Saved entries:
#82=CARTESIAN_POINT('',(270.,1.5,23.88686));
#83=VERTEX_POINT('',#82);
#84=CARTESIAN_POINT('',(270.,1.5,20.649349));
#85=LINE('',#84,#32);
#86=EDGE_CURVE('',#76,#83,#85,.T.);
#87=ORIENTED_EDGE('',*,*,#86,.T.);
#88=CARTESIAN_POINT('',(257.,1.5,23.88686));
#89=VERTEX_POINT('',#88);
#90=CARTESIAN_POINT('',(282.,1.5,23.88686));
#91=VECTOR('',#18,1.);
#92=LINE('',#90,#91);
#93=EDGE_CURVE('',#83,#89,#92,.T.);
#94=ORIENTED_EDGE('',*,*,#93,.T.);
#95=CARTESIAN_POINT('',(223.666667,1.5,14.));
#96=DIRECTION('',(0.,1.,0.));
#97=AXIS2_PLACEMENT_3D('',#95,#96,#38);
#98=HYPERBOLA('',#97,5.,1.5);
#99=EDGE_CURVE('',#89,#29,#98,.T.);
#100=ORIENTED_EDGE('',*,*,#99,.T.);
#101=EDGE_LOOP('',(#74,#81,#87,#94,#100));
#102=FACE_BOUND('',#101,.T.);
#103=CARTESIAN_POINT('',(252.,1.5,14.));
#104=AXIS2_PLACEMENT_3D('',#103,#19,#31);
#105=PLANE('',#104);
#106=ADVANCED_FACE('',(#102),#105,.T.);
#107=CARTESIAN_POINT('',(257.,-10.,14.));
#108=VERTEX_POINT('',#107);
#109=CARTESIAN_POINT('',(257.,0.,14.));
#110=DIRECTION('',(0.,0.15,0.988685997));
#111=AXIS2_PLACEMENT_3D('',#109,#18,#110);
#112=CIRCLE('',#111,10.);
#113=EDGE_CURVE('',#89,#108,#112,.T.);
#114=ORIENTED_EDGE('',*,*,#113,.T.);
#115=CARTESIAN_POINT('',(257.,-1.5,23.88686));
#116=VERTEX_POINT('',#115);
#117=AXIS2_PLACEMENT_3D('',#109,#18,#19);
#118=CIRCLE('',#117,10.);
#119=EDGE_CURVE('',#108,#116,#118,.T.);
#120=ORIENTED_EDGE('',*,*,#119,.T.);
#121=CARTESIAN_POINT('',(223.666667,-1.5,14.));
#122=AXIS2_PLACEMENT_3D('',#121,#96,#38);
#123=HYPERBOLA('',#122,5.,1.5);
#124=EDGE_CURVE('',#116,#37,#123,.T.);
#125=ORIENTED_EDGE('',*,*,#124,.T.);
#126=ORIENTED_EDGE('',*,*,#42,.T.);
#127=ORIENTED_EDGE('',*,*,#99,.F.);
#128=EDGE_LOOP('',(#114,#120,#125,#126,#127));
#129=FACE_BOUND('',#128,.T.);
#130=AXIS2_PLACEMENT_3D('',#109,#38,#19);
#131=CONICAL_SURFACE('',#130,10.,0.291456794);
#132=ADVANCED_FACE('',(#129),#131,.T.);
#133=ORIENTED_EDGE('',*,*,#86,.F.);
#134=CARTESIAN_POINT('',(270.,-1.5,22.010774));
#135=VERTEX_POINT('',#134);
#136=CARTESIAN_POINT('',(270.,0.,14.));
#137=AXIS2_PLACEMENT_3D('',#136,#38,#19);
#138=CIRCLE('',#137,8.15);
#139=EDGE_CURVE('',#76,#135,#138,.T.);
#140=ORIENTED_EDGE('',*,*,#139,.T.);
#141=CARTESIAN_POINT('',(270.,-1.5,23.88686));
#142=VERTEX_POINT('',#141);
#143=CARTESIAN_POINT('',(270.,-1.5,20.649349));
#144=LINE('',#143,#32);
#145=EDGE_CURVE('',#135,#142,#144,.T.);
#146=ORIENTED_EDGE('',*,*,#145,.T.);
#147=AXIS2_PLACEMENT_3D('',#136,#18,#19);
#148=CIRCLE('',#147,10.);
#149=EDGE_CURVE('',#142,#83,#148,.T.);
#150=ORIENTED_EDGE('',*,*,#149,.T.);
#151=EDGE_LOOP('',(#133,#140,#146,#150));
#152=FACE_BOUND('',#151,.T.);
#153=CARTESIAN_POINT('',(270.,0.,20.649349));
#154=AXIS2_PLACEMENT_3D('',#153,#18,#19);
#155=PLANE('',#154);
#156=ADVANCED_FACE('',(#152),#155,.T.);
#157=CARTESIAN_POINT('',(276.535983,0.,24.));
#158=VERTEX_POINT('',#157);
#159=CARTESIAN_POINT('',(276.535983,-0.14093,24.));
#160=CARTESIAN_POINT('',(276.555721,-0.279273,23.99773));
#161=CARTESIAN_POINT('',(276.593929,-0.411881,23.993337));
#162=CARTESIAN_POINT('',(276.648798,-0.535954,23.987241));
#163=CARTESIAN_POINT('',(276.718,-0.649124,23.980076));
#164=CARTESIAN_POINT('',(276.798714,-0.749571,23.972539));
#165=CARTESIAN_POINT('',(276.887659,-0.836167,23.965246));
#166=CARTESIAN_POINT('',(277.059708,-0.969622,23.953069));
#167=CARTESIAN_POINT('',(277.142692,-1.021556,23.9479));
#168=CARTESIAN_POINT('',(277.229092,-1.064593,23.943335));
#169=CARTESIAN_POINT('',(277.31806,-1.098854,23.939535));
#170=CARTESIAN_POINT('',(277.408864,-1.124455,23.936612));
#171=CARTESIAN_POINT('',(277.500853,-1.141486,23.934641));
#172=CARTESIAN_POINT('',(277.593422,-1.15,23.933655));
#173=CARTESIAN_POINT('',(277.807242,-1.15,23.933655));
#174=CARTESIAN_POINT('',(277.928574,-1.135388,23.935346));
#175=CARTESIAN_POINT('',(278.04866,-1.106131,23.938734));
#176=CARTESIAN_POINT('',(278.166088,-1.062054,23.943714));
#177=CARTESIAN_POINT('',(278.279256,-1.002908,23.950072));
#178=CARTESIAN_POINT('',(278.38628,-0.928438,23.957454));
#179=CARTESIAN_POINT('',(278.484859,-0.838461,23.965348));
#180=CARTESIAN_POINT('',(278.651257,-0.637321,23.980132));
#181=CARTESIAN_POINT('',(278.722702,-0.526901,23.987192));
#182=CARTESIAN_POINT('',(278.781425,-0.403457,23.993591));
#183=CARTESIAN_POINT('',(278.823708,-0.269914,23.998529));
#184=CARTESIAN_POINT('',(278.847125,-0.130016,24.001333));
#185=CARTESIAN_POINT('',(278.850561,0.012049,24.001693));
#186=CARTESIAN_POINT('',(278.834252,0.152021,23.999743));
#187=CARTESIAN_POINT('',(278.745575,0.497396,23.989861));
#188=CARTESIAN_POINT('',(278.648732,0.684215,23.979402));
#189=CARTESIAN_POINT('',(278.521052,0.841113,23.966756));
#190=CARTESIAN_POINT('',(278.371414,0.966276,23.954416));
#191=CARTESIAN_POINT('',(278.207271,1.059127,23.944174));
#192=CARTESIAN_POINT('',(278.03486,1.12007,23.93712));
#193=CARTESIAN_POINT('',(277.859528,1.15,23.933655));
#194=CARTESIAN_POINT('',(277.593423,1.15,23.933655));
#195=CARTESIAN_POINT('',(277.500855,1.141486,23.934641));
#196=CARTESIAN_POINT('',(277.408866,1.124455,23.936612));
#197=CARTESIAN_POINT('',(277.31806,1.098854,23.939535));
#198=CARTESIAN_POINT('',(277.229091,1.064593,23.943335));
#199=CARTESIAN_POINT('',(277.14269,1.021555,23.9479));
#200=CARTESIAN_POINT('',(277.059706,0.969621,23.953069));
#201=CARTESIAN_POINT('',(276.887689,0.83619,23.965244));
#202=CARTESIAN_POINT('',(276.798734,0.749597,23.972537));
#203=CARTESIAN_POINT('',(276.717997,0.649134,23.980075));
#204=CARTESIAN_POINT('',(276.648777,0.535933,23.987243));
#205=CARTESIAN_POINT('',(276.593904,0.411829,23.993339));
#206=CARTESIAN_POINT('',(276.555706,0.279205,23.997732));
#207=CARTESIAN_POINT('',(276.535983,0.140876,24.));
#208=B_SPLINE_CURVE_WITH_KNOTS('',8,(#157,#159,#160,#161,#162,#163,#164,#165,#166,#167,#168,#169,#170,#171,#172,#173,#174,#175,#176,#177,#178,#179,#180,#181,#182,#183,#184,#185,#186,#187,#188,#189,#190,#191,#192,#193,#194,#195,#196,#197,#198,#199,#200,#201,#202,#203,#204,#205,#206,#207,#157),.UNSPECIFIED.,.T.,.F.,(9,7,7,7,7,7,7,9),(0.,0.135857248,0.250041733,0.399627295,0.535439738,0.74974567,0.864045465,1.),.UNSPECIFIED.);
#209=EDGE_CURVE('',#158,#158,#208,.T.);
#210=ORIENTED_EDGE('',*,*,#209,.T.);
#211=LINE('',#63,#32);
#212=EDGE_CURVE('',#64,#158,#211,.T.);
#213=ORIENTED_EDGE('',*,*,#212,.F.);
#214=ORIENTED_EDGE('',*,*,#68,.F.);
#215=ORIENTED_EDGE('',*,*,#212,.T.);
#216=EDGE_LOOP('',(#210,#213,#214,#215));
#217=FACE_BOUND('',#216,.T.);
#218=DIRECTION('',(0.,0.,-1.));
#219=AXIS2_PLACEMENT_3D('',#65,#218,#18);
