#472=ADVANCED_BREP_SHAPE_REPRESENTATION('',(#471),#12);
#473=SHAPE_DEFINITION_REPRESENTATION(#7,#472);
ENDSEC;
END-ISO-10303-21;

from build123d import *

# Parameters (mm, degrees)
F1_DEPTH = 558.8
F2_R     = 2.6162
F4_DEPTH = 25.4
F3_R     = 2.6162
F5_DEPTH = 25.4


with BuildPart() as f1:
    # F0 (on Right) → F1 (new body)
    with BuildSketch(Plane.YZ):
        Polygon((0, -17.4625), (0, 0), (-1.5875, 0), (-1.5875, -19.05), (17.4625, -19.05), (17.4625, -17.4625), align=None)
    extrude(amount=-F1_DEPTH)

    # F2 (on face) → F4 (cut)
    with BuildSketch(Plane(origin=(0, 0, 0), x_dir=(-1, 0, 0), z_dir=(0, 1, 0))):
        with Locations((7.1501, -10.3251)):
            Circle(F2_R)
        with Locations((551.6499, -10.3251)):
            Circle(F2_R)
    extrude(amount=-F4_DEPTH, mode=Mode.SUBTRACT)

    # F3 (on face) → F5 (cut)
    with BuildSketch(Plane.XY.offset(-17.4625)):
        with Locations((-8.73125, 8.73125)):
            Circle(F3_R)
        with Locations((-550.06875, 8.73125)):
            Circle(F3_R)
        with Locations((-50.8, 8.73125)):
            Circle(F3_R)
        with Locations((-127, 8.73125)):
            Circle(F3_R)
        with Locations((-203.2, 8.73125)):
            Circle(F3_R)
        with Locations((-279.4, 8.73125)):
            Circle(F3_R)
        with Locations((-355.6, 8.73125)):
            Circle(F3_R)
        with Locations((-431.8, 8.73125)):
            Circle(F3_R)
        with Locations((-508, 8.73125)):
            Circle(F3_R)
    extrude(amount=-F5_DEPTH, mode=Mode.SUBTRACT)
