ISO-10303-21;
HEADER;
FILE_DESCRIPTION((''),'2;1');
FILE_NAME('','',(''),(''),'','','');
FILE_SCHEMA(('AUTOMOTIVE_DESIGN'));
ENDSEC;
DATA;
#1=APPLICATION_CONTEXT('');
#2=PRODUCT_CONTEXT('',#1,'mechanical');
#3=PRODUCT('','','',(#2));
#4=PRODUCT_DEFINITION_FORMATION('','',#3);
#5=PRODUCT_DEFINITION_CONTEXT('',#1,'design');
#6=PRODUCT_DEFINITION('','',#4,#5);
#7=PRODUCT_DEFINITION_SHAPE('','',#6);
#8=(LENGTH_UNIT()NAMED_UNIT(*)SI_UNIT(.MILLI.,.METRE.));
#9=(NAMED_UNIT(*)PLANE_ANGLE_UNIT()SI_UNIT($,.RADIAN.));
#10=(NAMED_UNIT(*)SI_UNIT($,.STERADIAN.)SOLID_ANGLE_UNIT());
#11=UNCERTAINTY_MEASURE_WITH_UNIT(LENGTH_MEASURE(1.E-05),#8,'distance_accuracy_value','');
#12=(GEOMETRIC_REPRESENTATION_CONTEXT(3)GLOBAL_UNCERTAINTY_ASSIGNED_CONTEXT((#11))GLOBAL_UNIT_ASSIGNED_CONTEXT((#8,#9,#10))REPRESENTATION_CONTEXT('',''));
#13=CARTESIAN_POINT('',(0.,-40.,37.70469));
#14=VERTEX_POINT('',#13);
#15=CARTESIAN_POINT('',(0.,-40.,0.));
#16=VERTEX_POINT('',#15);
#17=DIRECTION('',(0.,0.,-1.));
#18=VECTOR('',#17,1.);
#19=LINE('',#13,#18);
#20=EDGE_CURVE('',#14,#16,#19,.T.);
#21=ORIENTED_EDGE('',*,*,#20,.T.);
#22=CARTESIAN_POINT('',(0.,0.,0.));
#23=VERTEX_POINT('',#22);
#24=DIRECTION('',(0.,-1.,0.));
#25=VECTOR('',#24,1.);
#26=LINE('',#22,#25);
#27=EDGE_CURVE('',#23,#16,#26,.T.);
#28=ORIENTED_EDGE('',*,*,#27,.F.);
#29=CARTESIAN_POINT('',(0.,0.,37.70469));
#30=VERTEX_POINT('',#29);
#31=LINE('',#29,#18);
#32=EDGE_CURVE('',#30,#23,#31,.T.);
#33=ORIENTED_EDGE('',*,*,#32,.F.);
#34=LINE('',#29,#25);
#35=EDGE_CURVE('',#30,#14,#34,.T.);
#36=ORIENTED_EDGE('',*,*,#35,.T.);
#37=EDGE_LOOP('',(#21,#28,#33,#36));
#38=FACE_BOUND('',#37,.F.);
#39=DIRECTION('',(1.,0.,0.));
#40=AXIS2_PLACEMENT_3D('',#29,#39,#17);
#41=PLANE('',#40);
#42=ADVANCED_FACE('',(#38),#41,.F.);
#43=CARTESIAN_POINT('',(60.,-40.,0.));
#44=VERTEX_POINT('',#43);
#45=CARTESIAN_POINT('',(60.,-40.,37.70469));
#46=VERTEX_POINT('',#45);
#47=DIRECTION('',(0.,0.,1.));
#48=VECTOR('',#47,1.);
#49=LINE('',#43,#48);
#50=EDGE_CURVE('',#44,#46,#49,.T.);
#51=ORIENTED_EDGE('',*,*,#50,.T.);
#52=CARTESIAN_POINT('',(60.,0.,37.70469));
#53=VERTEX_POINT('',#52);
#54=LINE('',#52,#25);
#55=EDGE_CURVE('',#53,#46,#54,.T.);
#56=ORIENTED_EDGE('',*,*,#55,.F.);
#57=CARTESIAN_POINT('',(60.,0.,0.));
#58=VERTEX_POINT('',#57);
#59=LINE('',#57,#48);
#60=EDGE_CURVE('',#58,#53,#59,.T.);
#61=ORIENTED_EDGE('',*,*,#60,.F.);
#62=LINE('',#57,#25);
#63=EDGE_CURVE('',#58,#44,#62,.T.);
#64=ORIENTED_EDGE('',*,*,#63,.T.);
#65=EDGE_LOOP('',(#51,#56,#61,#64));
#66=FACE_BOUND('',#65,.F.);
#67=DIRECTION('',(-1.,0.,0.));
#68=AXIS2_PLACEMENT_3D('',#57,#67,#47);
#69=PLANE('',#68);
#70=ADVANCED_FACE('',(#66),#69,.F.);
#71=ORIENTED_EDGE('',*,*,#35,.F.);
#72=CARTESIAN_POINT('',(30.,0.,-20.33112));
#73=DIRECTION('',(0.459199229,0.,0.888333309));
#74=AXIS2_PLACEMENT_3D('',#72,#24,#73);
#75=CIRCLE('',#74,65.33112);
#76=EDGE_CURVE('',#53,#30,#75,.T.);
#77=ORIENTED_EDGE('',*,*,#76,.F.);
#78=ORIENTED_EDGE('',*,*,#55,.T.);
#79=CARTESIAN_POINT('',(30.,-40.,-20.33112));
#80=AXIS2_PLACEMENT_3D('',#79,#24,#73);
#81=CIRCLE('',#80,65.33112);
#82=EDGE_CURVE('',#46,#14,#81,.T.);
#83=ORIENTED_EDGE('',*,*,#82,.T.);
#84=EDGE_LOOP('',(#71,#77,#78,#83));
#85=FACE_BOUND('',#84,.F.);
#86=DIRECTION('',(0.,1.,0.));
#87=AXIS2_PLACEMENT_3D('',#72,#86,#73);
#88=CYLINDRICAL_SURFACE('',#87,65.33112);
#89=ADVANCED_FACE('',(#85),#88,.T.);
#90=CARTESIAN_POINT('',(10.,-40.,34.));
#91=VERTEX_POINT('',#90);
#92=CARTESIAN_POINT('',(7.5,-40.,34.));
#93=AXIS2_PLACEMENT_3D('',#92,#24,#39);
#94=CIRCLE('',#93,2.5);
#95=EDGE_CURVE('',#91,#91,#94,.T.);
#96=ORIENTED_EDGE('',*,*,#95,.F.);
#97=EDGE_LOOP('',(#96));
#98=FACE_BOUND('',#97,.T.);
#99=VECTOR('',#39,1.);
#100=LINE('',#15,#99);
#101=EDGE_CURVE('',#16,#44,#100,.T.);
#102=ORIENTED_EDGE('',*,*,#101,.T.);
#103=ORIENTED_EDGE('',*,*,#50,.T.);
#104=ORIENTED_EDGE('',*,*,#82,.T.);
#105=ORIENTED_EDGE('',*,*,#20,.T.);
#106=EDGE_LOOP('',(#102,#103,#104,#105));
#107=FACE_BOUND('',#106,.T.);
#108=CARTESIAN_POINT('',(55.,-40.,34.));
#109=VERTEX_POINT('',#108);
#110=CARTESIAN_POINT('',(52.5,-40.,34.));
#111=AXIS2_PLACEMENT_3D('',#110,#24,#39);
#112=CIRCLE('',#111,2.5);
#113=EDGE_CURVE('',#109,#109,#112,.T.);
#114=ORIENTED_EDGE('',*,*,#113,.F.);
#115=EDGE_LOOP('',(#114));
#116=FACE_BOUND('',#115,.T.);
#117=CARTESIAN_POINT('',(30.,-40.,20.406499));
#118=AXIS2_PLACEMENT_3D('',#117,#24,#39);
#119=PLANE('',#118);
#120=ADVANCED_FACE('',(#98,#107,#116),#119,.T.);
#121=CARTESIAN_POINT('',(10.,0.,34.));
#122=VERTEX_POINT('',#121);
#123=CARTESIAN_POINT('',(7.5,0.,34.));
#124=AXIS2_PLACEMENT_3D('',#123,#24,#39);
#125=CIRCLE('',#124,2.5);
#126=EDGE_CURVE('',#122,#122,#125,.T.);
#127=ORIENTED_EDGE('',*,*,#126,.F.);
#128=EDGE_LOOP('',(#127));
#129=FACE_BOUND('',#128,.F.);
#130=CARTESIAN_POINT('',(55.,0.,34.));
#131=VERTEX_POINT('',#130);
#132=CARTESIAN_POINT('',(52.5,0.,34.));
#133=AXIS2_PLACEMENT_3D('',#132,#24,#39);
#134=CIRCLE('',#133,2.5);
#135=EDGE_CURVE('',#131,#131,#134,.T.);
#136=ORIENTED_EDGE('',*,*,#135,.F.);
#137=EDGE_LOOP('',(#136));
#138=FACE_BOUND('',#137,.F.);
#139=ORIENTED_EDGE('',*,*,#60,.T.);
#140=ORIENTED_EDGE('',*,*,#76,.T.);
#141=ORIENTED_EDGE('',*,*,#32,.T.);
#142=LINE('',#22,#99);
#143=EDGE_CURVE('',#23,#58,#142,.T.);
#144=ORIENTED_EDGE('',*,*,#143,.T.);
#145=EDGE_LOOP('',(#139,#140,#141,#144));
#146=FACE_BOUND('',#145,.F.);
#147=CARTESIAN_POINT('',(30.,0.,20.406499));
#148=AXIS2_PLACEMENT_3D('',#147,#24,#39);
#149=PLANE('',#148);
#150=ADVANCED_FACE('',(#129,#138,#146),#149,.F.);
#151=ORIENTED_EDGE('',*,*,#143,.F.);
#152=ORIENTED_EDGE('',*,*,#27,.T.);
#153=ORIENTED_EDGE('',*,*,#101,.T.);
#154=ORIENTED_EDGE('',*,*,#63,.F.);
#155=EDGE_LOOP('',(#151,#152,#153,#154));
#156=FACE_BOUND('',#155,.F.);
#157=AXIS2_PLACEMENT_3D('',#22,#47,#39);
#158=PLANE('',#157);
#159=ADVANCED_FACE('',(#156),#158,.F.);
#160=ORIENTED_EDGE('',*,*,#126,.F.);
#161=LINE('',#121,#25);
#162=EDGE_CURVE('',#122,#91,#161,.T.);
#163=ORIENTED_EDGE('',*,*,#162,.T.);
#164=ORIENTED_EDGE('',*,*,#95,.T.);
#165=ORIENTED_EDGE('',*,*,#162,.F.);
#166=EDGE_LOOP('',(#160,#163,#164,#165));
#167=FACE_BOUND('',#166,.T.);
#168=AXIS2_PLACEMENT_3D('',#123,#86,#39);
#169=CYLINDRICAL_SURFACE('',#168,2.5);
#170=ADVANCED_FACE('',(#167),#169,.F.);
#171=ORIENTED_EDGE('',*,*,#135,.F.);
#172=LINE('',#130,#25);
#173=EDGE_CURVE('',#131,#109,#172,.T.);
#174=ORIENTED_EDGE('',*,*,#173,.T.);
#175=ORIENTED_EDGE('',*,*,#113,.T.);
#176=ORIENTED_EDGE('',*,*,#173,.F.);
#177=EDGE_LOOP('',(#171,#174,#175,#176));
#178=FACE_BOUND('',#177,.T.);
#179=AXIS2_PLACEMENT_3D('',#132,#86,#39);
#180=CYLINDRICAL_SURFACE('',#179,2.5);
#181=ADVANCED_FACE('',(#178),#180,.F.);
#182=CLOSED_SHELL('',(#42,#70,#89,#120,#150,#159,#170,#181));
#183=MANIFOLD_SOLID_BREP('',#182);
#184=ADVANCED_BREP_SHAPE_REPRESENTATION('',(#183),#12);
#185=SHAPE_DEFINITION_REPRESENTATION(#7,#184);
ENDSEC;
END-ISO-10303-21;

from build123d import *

# Parameters (mm, degrees)
F0_R     = 2.5
F1_DEPTH = 40


with BuildPart() as f1:
    # F0 (on Front) → F1 (new body)
    with BuildSketch(Plane.XZ):
        with BuildLine():
            Line((0, 37.70469), (0, 0))
            Line((0, 0), (60, 0))
            Line((60, 0), (60, 37.70469))
            ThreePointArc((60, 37.70469), (30, 45), (0, 37.70469))
        make_face()
        with Locations((7.5, 34)):
            Circle(F0_R, mode=Mode.SUBTRACT)
        with Locations((52.5, 34)):
            Circle(F0_R, mode=Mode.SUBTRACT)
    extrude(amount=F1_DEPTH)


solid = f1.part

TASK TO CARRY OUT >> All that belongs in your answer is the stretch of entries above from the line with "#91=VECTOR('',#18,1.);" through the line with "#103=CARTESIAN_POINT('',(252.,1.5,14.));", printed exactly.

SOLUTION >>
#91=VECTOR('',#18,1.);
#92=LINE('',#90,#91);
#93=EDGE_CURVE('',#83,#89,#92,.T.);
#94=ORIENTED_EDGE('',*,*,#93,.T.);
#95=CARTESIAN_POINT('',(223.666667,1.5,14.));
#96=DIRECTION('',(0.,1.,0.));
#97=AXIS2_PLACEMENT_3D('',#95,#96,#38);
#98=HYPERBOLA('',#97,5.,1.5);
#99=EDGE_CURVE('',#89,#29,#98,.T.);
#100=ORIENTED_EDGE('',*,*,#99,.T.);
#101=EDGE_LOOP('',(#74,#81,#87,#94,#100));
#102=FACE_BOUND('',#101,.T.);
#103=CARTESIAN_POINT('',(252.,1.5,14.));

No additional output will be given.